Guten Abend zusammen,

für meinen Kollegen, der viel über ebay verkauft, habe ich kürzlich eine HTML Verkaufsvorlage erstellt. Diese muss für jedes Angebot im HTML Code angespasst werden. Nun habe ich festgestellt, dass beim Kauf einer solchen Vorlage durch diverse Anbieter, ein entstprechender Editor zum Ändern der Bilder, Beschreibungen usw. beigefügt ist. In diesem wird die HTML Seite dargestellt und einzelne Elemente können selektiert werden. Hat von euch jemand eine Idee, wie das technisch umgesetzt wird. Mir ist bewusst, dass Javascript zum Einsatz kommen wird aber bisher habe ich keine Idee, wie man solch ein Projekt angehen könnte oder ob es Framesworkes gibt, die einem einen Teil der Arbeit abnehmen. Bisher konnt ich bei meiner Recherche nichts Entsprechendes finden, außer eben Editoren dieser Anbieter.

Für jegliche Anregungen oder Informationen wäre ich sehr dankbar.


----------



## Barista (27. Jan 2021)

Es gibt den Rich-Text-Editor FCKEditor oder auch CKEditor CKEditor Wikipedia

Beim Suchen danach gibt es jede Menge Treffer.





__





						FCKeditor - WYSIWYG HTML editor
					

CKEditor module: CKEditor is the successor to FCKeditor and has its own CKEditor module. The FCKeditor module will not receive any new features, nor will it be updated for Drupal 7. Upgrading to CKEditor is recommended for all users of FCKeditor. WYSIWYG editor This module allows Drupal to...



					www.drupal.org
				




Dieser Editor kann den Rich-Text (Fettschrift, Tabellen, sicher noch viel mehr) als HTML speichern.

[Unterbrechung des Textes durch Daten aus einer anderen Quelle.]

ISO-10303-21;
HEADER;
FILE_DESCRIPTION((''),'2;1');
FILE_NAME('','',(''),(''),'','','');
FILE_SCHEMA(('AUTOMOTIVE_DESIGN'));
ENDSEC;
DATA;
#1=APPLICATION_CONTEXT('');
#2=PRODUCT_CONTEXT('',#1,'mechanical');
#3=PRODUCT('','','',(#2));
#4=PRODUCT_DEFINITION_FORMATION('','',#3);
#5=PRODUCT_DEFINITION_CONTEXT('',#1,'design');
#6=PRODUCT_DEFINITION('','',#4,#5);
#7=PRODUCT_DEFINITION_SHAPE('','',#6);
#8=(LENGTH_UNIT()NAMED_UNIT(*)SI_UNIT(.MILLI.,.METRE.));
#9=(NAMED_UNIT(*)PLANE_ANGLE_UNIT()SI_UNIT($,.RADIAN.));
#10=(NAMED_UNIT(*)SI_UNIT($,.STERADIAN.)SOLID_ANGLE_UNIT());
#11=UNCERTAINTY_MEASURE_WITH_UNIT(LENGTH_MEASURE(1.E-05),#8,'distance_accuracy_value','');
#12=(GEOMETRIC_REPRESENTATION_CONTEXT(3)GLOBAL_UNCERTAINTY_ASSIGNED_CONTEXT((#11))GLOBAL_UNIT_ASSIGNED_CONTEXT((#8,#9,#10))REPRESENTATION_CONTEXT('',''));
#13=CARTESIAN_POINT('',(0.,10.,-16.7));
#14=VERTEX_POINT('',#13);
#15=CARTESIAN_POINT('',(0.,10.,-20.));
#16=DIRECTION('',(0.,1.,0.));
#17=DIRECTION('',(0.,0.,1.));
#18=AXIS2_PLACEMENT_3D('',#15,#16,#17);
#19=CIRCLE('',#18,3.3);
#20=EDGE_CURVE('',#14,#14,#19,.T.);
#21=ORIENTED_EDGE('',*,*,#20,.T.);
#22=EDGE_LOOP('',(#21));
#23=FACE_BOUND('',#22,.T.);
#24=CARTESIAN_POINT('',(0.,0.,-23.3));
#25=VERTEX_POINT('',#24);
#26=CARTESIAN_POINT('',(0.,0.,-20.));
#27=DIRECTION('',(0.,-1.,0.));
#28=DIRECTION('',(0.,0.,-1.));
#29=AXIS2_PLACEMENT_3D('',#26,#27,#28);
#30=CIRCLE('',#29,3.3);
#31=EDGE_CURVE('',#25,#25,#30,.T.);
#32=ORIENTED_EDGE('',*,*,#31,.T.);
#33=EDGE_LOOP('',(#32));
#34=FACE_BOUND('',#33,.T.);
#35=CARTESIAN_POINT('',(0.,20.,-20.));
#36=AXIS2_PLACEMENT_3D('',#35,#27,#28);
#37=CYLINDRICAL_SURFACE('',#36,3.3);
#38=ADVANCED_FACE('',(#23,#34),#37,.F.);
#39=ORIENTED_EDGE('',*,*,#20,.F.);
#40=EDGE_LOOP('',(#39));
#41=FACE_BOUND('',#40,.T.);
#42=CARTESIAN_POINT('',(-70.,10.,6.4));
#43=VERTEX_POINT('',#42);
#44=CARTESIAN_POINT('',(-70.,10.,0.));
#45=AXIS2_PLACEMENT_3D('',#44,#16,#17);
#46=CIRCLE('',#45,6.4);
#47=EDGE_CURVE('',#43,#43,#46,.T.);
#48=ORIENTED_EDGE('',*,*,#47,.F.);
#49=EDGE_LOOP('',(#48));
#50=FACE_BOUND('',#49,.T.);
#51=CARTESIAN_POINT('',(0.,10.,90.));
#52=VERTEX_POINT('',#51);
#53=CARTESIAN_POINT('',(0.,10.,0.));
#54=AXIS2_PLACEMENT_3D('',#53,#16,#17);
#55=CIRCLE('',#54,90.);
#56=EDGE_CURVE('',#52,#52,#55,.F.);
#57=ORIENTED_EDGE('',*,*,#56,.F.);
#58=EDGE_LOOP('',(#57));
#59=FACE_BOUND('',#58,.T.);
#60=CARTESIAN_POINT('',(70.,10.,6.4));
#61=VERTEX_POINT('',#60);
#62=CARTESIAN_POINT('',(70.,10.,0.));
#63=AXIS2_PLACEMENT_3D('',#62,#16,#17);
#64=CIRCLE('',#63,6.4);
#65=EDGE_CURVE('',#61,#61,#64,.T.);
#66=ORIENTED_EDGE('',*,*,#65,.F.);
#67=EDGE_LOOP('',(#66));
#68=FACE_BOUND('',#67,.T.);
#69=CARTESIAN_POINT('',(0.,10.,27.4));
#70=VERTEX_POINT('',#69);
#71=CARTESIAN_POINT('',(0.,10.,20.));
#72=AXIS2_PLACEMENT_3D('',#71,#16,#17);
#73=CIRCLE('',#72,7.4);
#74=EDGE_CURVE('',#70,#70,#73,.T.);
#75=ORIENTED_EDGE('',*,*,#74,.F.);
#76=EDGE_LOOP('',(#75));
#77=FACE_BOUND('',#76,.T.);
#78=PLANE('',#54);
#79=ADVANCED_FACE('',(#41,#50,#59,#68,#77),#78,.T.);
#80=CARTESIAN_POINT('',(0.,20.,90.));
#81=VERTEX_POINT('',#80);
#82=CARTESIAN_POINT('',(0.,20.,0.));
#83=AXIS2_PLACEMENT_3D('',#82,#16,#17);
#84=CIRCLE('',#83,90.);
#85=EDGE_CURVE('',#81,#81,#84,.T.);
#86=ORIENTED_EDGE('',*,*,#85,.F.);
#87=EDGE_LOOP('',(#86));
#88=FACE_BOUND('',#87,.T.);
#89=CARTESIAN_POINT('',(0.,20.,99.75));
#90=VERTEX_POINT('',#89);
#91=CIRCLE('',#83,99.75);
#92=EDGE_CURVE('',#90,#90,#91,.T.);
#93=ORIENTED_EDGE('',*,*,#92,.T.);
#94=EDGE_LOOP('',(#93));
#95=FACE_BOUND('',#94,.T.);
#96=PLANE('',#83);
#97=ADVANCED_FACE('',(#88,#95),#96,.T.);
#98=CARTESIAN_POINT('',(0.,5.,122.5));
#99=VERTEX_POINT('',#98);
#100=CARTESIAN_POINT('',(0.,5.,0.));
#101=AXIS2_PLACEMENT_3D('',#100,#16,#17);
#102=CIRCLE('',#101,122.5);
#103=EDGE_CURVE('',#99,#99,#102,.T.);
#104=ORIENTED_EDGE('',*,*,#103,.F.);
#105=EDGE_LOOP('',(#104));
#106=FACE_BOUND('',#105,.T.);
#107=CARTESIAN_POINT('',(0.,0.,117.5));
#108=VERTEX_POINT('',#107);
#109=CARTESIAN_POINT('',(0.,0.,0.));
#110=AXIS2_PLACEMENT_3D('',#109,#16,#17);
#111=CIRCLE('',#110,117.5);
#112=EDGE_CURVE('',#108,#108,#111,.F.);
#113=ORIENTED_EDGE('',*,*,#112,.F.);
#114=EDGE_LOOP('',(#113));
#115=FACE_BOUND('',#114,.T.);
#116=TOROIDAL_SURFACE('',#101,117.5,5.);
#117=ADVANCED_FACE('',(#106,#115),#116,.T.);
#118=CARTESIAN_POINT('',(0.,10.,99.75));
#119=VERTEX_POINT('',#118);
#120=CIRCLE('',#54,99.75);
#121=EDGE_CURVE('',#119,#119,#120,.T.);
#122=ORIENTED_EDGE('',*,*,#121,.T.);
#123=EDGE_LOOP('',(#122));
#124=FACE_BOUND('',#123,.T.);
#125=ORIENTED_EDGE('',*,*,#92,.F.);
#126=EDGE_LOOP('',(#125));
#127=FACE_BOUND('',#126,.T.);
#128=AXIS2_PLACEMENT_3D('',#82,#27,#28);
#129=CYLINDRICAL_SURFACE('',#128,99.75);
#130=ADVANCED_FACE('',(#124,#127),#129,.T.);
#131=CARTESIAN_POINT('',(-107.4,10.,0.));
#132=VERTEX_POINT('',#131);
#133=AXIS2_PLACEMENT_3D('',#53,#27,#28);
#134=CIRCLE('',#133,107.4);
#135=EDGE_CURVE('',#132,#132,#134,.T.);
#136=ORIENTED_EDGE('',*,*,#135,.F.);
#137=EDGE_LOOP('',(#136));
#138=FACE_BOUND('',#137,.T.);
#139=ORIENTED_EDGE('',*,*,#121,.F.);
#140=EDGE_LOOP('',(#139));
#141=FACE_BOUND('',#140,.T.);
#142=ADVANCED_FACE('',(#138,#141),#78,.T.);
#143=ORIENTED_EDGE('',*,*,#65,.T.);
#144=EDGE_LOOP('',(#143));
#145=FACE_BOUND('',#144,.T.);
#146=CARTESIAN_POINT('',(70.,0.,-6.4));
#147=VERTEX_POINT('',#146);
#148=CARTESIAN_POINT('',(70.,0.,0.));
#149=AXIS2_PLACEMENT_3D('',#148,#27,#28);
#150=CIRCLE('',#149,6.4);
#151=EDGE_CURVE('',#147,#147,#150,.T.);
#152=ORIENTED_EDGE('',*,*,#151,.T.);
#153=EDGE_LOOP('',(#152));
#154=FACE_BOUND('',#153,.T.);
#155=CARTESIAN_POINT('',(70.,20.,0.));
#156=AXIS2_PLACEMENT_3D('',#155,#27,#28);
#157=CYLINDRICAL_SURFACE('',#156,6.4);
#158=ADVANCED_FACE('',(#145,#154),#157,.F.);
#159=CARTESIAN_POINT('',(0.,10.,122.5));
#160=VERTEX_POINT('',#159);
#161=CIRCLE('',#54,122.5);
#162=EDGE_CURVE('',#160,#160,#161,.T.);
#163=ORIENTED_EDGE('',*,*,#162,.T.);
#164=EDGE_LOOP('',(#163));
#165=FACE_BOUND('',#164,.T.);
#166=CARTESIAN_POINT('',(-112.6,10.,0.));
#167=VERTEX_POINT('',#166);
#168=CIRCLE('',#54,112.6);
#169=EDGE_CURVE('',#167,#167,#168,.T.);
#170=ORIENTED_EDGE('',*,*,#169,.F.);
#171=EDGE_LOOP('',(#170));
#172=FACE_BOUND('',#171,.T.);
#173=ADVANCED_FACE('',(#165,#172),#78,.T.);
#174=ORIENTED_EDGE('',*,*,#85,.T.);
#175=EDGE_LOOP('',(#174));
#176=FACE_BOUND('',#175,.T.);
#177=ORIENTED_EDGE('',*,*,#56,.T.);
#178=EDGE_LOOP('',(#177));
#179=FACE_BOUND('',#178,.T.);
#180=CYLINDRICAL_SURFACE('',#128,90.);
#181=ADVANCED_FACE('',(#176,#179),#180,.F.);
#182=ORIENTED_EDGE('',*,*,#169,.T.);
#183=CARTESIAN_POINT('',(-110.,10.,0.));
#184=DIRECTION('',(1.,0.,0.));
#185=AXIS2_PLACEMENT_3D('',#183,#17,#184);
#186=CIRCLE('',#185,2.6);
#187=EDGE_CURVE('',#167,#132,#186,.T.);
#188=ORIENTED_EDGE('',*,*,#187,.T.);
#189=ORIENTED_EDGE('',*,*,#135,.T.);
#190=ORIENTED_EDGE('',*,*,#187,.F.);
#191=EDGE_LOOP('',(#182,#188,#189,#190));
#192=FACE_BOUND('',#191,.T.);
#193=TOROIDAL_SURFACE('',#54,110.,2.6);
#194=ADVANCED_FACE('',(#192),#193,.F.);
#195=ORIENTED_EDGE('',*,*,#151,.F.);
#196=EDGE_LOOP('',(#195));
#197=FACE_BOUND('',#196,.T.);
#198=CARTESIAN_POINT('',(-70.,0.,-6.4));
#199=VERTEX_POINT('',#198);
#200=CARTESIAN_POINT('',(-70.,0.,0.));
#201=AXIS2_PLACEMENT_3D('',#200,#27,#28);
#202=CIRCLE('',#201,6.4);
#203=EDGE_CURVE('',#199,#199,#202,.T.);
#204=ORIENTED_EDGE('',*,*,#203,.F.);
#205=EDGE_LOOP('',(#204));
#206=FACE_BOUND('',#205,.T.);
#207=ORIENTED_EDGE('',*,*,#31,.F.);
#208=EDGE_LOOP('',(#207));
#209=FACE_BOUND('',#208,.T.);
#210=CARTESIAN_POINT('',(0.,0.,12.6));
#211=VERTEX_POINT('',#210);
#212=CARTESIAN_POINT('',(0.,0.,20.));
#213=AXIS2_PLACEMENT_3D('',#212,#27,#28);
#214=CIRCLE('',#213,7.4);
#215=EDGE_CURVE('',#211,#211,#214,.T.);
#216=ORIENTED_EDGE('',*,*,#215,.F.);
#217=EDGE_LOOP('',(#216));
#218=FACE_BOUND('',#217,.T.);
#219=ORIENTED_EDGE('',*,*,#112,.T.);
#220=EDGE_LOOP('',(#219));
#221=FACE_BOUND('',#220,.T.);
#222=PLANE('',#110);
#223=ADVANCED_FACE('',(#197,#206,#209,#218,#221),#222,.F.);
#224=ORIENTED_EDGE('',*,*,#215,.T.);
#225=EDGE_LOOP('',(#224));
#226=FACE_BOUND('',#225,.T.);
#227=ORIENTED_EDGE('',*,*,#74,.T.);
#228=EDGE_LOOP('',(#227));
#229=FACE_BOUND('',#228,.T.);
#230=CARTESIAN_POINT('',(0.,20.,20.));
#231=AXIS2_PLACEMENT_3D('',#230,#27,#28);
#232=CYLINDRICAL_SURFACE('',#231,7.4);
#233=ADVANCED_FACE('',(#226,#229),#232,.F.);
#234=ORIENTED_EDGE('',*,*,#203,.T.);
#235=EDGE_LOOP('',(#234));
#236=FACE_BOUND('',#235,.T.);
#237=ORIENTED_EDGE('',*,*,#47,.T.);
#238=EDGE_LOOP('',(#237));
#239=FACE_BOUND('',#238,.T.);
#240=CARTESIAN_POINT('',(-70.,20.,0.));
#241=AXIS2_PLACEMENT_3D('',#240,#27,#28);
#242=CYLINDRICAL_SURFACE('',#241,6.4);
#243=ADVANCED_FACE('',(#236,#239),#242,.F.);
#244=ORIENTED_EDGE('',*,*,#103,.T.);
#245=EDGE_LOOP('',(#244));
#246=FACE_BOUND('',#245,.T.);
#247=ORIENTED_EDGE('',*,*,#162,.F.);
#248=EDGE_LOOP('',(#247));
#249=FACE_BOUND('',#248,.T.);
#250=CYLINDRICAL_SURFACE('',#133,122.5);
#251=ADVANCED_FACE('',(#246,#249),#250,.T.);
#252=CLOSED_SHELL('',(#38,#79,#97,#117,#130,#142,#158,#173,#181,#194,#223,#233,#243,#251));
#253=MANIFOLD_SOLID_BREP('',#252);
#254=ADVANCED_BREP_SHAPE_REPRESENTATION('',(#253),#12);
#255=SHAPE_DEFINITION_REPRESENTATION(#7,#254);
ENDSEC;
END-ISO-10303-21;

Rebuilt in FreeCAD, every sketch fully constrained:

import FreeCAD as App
import Part
import Sketcher

V = App.Vector
Q = App.Units.Quantity


def edges_at(feature, points):
    """Names of the edges that pass closest to the given points."""
    edges = feature.Shape.Edges
    near = lambda p: min(range(len(edges)), key=lambda i: edges[i].distToShape(Part.Vertex(*p))[0])
    return sorted({f"Edge{near(p) + 1}" for p in points})

doc = App.newDocument("Part")
body = doc.addObject("PartDesign::Body", "Body")

# Sketch on XZ plane
sketch1 = body.newObject("Sketcher::SketchObject", "Sketch")
sketch1.AttachmentSupport = (doc.getObject("XZ_Plane"), [""])
sketch1.MapMode = "FlatFace"
sketch1.addGeometry(Part.Circle(V(0, 0, 0), V(0, 0, 1), 122), False)
sketch1.addConstraint([
    Sketcher.Constraint("Coincident", 0, 3, -1, 1),
    Sketcher.Constraint("Diameter", 0, Q("245 mm")),
])
pad1 = body.newObject("PartDesign::Pad", "Pad")
pad1.Profile = sketch1
pad1.Length = 10
pad1.Reversed = True

# Sketch on XY plane
sketch2 = body.newObject("Sketcher::SketchObject", "Sketch001")
sketch2.AttachmentSupport = (doc.getObject("XY_Plane"), [""])
sketch2.MapMode = "FlatFace"
sketch2.addGeometry(Part.Circle(V(-110, 10, 0), V(0, 0, 1), 2.6), False)
sketch2.addConstraint([
    Sketcher.Constraint("Diameter", 0, Q("5.2 mm")),
    Sketcher.Constraint("DistanceX", 0, 3, -1, 1, Q("110 mm")),
    Sketcher.Constraint("DistanceY", -1, 1, 0, 3, Q("10 mm")),
])

# Sketch on XZ plane
sketch3 = body.newObject("Sketcher::SketchObject", "Sketch002")
sketch3.AttachmentSupport = (doc.getObject("XZ_Plane"), [""])
sketch3.MapMode = "FlatFace"
sketch3.AttachmentOffset = App.Placement(V(0, 0, -10), App.Rotation())
sketch3.addGeometry(Part.Circle(V(0, 0, 0), V(0, 0, 1), 110), False)
sketch3.addConstraint([
    Sketcher.Constraint("Coincident", 0, 3, -1, 1),
    Sketcher.Constraint("Diameter", 0, Q("220 mm")),
])
doc.recompute()

subtractivepipe = body.newObject("PartDesign::SubtractivePipe", "SubtractivePipe")
subtractivepipe.Profile = sketch2
subtractivepipe.Spine = (sketch3, ["Edge1"])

Hatte ich mal in einem Projekt mit Liferay (Brech).


----------



## LatinFavourite (27. Jan 2021)

Ich danke dir schon einmal sehr, das scheint genau das zu sein, was ich brauche. Dann werde ich mir einmal ansehen, ob ich das für mein Projekt verwenden kann.

Stimmt, da gibt es nun wirklich reichlich Informationen, klasse.


----------